— Task brief —
The stretch wanted below opens at the line containing "f 168 113 166" and closes at the line containing "f 124 187 129". Please return it exactly, with no other lines.
● ● ● ● ● ● ●
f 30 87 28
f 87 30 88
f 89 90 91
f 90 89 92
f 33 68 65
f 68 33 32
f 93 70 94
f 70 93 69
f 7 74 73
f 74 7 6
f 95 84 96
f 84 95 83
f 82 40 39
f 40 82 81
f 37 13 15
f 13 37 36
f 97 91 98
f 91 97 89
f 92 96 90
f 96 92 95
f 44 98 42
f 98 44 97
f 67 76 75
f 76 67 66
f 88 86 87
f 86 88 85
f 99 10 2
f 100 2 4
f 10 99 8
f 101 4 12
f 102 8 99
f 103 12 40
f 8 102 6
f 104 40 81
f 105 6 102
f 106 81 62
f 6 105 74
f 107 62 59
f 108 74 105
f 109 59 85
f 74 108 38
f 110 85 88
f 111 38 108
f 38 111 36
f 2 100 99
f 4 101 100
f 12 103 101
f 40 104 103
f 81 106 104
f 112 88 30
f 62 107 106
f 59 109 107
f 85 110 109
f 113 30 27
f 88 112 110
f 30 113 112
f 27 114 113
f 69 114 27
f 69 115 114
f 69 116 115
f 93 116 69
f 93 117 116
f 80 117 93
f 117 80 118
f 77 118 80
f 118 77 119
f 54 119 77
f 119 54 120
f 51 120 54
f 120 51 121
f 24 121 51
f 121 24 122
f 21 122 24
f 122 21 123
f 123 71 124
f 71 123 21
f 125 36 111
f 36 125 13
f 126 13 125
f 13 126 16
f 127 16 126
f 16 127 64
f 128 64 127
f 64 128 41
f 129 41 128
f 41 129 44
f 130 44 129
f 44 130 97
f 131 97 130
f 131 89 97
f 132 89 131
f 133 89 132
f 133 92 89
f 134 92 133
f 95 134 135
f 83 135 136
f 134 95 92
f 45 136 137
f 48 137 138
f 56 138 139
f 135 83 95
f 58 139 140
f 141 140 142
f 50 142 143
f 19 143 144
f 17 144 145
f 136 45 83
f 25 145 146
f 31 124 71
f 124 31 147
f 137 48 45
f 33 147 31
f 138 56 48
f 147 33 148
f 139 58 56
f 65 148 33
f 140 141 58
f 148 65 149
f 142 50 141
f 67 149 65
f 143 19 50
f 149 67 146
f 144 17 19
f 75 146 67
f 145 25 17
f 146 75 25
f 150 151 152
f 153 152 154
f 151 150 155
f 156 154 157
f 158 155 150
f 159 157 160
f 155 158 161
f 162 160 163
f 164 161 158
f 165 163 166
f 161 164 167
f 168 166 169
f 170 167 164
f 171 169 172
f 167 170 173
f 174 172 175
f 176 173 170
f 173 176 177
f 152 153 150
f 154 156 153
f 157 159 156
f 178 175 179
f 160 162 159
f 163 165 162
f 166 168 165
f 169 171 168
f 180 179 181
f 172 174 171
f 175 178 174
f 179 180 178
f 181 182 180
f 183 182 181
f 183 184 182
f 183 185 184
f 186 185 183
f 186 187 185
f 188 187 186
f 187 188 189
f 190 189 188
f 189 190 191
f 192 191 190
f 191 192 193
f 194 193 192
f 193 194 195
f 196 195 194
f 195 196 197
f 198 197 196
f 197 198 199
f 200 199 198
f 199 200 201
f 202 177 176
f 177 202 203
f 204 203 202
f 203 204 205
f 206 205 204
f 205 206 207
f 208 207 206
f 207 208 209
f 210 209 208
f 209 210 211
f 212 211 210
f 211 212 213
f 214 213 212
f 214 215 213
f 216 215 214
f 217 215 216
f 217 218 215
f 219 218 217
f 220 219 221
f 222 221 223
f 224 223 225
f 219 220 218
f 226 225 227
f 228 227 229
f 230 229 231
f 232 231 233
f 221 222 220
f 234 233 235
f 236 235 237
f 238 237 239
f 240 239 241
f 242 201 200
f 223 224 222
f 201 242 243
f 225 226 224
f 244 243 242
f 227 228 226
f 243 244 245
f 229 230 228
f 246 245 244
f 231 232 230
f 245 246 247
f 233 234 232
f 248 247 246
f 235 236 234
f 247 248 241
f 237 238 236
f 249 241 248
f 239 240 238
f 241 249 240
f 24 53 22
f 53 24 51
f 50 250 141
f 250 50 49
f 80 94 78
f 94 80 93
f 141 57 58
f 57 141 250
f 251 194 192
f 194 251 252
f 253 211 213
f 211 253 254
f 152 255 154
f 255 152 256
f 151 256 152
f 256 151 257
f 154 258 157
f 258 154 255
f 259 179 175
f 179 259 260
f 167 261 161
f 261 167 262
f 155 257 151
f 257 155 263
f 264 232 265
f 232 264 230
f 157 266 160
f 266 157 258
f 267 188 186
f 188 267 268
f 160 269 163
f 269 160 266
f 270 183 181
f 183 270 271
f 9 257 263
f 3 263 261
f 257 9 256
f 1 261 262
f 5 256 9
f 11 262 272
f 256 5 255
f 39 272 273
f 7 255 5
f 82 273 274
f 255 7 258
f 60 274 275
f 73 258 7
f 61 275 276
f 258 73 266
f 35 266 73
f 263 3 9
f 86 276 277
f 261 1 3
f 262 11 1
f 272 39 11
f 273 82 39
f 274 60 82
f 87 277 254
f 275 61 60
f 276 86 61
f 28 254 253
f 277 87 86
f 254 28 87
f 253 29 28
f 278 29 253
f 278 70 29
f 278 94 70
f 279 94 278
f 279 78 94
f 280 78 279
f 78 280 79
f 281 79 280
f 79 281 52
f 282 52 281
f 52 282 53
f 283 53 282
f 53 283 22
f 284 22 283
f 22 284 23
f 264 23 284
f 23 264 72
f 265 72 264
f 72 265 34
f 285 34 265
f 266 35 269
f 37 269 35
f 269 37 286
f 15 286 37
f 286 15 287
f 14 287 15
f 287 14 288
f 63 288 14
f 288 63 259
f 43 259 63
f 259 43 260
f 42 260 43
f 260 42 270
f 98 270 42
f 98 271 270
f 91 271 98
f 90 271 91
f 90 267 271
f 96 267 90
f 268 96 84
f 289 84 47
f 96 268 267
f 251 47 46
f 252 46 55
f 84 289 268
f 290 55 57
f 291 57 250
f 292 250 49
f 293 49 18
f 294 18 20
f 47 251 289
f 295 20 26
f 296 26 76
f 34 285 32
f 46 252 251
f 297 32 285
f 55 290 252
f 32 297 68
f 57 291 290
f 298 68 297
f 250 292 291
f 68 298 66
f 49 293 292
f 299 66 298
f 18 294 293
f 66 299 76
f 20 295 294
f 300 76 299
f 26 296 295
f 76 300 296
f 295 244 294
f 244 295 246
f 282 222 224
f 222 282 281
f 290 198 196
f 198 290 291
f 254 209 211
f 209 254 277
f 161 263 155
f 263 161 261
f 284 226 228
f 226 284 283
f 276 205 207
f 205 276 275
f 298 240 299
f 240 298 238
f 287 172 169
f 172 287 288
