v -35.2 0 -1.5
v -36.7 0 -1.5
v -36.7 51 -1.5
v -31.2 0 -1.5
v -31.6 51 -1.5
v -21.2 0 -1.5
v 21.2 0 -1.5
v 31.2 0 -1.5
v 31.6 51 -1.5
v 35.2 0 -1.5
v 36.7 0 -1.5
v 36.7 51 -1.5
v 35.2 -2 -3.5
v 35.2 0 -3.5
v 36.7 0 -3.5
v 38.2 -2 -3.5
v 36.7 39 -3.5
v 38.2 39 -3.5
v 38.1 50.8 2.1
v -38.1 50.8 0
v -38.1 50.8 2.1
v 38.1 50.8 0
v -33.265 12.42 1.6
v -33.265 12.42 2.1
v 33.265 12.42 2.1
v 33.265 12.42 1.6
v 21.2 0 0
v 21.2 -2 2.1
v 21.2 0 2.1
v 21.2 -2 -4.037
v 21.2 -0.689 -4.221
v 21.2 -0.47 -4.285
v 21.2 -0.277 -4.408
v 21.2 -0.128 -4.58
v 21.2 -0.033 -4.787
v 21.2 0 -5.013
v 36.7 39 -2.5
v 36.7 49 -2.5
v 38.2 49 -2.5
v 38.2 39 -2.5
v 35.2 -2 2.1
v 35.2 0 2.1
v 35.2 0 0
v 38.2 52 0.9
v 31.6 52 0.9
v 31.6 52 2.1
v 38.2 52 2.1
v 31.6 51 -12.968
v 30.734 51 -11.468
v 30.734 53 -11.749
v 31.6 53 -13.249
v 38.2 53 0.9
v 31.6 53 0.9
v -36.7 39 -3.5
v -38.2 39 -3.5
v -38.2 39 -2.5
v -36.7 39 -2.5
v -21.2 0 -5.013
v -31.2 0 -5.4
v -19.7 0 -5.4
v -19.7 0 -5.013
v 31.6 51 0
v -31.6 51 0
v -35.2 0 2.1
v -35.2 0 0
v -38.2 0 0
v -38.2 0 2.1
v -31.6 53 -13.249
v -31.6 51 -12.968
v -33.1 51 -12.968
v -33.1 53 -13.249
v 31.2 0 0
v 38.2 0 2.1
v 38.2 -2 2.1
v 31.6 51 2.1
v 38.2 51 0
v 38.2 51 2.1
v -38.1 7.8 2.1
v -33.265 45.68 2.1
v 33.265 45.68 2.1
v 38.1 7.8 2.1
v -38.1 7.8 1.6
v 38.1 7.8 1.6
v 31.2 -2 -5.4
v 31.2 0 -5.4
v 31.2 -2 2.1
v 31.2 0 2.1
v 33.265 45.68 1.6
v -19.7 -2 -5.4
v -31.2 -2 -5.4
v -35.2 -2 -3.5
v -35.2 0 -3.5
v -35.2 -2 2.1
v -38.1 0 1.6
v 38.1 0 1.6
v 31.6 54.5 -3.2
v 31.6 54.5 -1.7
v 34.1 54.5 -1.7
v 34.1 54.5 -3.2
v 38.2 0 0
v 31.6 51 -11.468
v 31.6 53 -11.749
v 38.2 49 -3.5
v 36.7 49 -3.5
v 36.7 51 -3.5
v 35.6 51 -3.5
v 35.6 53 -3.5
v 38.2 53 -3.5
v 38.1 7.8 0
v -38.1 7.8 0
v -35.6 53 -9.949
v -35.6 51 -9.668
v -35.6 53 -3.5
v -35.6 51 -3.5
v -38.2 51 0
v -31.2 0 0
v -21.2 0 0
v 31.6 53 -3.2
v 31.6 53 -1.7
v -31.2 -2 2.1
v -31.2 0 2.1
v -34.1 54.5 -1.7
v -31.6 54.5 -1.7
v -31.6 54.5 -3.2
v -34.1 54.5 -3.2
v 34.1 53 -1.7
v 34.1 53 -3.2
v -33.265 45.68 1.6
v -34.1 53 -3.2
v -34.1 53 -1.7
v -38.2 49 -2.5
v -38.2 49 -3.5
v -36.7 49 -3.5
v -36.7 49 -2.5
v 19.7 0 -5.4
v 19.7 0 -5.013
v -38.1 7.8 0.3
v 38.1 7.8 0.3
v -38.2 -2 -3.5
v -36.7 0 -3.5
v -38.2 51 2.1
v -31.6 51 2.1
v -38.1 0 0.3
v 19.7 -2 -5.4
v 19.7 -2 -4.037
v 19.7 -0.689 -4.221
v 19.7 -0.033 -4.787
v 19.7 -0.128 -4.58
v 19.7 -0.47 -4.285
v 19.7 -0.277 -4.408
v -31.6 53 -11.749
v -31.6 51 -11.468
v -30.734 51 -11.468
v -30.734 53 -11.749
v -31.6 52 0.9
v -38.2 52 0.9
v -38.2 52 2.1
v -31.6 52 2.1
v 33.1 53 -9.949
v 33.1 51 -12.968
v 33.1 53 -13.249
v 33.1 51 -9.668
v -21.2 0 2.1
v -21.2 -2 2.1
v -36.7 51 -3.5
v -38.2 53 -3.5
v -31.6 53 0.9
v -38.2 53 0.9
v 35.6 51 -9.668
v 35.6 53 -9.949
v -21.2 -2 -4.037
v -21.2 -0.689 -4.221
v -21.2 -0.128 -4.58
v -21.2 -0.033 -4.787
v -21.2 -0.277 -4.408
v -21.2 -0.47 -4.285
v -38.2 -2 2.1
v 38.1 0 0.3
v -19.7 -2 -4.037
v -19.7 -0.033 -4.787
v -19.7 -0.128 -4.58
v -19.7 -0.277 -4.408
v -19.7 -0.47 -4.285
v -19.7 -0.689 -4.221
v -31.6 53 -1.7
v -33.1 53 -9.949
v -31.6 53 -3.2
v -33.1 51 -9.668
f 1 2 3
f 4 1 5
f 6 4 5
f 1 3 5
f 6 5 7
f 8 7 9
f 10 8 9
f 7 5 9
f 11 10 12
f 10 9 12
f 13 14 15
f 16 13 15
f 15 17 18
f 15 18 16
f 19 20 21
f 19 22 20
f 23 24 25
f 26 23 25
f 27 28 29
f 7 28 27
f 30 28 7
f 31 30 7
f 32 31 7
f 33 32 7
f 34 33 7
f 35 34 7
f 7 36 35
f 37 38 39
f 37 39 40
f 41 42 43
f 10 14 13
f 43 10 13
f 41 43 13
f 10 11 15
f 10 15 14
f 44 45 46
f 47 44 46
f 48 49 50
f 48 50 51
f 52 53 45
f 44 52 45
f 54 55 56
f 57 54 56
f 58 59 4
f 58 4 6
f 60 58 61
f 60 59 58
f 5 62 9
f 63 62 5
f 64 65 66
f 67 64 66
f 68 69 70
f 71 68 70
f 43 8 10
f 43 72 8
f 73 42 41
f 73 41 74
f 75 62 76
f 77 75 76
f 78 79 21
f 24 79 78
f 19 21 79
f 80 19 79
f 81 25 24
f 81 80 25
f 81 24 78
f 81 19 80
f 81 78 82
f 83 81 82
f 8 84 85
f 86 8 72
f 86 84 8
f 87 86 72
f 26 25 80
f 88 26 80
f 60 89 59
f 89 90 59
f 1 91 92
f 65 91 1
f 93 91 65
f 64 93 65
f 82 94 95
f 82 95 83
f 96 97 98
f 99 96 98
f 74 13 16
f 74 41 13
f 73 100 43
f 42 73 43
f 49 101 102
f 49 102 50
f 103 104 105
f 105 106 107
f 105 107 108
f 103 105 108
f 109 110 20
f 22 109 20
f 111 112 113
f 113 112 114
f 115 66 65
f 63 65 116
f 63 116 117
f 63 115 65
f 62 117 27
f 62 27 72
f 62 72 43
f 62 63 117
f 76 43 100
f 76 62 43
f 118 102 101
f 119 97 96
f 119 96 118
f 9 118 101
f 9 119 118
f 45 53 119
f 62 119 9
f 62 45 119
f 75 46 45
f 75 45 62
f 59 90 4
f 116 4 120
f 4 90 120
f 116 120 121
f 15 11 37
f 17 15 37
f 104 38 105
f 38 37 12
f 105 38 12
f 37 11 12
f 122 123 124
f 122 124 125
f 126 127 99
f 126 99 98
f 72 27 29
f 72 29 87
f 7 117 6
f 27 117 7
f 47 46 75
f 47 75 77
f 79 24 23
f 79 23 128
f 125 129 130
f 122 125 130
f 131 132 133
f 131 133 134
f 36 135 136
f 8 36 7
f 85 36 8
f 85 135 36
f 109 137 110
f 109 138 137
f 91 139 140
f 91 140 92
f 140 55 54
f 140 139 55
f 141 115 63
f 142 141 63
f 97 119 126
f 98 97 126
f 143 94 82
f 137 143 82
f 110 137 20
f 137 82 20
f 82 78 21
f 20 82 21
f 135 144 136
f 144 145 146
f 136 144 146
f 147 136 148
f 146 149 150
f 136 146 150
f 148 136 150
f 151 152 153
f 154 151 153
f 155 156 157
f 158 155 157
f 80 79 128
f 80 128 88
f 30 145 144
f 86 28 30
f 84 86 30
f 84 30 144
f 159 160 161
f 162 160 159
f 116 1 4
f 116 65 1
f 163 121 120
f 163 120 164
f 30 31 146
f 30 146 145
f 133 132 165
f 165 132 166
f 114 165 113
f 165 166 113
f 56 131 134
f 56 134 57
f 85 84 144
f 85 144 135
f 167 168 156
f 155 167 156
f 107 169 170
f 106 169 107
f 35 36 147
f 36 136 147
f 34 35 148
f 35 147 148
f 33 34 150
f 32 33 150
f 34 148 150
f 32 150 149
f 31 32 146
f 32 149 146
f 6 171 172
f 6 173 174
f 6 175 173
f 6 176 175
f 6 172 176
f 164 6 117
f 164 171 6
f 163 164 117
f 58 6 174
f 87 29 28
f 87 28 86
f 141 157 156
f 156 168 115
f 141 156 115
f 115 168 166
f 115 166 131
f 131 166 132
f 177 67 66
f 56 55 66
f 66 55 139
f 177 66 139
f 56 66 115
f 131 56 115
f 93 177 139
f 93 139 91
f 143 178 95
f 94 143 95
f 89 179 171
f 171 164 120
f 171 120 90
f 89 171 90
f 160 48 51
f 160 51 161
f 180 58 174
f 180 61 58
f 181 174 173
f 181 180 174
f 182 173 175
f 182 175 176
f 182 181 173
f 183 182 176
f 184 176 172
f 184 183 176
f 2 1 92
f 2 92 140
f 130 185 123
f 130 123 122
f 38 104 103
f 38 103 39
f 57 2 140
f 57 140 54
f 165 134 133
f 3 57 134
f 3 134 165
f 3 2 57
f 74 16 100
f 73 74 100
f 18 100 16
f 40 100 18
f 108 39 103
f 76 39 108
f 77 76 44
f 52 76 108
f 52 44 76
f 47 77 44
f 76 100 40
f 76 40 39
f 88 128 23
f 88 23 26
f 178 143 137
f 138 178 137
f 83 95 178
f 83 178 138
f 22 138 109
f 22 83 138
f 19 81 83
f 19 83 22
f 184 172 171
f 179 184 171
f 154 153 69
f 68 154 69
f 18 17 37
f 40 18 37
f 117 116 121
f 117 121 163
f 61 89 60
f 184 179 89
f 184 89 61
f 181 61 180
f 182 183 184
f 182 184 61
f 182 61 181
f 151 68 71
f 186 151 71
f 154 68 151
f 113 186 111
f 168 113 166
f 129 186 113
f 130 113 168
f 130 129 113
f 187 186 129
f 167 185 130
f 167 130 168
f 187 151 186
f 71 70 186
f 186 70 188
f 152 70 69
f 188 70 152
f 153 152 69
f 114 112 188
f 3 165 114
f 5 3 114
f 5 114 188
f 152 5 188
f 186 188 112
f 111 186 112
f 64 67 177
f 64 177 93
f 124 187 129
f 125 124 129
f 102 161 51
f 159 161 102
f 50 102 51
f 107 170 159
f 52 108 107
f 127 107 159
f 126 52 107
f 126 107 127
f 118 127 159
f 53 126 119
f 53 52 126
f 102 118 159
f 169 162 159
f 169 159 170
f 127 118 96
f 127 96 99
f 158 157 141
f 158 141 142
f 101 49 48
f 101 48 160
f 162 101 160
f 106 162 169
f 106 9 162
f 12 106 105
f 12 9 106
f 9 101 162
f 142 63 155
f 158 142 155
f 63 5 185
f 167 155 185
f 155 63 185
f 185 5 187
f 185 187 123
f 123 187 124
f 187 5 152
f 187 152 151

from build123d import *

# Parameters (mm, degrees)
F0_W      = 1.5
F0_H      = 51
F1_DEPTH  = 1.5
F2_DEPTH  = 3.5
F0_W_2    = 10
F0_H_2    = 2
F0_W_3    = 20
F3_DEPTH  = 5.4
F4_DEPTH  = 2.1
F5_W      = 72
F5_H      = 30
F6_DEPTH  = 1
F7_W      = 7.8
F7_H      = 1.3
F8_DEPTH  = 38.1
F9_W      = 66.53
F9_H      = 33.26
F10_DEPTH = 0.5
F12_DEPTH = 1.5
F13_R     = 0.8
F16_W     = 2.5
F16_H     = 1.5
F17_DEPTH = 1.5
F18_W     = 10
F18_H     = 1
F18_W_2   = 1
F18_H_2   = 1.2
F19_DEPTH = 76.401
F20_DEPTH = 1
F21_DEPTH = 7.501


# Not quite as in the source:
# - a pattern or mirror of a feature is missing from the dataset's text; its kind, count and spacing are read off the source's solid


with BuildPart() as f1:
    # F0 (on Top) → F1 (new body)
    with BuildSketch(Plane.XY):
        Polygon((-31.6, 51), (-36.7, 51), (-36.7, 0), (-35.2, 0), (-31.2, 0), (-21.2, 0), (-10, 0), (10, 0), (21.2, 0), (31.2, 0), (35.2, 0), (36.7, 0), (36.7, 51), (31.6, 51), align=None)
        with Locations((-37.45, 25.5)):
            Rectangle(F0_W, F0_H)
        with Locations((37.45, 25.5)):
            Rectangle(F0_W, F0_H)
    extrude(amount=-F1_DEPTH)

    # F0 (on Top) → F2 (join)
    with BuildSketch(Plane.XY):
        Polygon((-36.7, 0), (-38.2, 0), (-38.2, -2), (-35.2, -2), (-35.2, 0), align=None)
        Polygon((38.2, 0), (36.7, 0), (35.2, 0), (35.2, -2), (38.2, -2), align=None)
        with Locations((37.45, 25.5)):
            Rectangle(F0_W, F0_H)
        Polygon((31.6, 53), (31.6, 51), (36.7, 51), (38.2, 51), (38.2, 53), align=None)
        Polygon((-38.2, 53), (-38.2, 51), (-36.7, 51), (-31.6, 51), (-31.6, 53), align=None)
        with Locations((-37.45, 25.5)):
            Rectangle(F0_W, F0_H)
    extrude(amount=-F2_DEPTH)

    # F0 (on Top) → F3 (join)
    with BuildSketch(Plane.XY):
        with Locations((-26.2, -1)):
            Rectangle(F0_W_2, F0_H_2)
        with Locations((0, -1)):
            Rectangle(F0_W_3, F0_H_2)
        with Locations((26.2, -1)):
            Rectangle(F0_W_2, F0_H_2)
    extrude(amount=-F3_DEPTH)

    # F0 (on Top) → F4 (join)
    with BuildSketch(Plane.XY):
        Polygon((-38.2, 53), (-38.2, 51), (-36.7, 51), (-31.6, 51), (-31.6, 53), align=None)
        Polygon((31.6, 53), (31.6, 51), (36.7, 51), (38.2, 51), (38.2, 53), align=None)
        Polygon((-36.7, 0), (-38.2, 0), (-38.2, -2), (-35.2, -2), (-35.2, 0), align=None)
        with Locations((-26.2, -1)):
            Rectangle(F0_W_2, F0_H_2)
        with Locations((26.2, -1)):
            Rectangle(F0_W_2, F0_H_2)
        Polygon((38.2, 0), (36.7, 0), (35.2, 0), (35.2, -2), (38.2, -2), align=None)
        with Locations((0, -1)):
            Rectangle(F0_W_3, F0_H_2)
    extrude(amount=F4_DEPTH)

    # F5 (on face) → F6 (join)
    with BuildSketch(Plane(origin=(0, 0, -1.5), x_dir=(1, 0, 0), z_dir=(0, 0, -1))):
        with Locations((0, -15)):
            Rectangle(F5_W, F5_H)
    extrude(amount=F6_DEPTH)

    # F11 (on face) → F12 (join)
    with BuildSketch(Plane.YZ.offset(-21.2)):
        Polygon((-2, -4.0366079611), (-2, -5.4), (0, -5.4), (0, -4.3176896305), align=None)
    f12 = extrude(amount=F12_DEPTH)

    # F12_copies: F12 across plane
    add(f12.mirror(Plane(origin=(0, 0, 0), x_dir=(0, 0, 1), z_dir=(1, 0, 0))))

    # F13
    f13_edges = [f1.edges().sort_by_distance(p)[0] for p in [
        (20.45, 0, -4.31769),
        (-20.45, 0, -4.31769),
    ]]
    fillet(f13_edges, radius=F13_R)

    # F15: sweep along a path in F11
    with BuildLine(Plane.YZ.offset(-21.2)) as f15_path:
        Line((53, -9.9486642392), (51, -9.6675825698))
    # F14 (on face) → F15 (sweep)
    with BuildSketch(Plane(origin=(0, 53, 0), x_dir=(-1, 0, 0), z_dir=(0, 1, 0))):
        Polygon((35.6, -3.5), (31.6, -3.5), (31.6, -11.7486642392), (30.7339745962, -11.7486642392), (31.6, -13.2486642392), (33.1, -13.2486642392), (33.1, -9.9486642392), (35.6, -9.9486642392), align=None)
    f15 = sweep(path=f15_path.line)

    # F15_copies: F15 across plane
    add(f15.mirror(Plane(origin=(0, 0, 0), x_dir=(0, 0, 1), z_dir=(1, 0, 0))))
● ● ● ● ● ● ●
— Answer —
f 168 113 166
f 129 186 113
f 130 113 168
f 130 129 113
f 187 186 129
f 167 185 130
f 167 130 168
f 187 151 186
f 71 70 186
f 186 70 188
f 152 70 69
f 188 70 152
f 153 152 69
f 114 112 188
f 3 165 114
f 5 3 114
f 5 114 188
f 152 5 188
f 186 188 112
f 111 186 112
f 64 67 177
f 64 177 93
f 124 187 129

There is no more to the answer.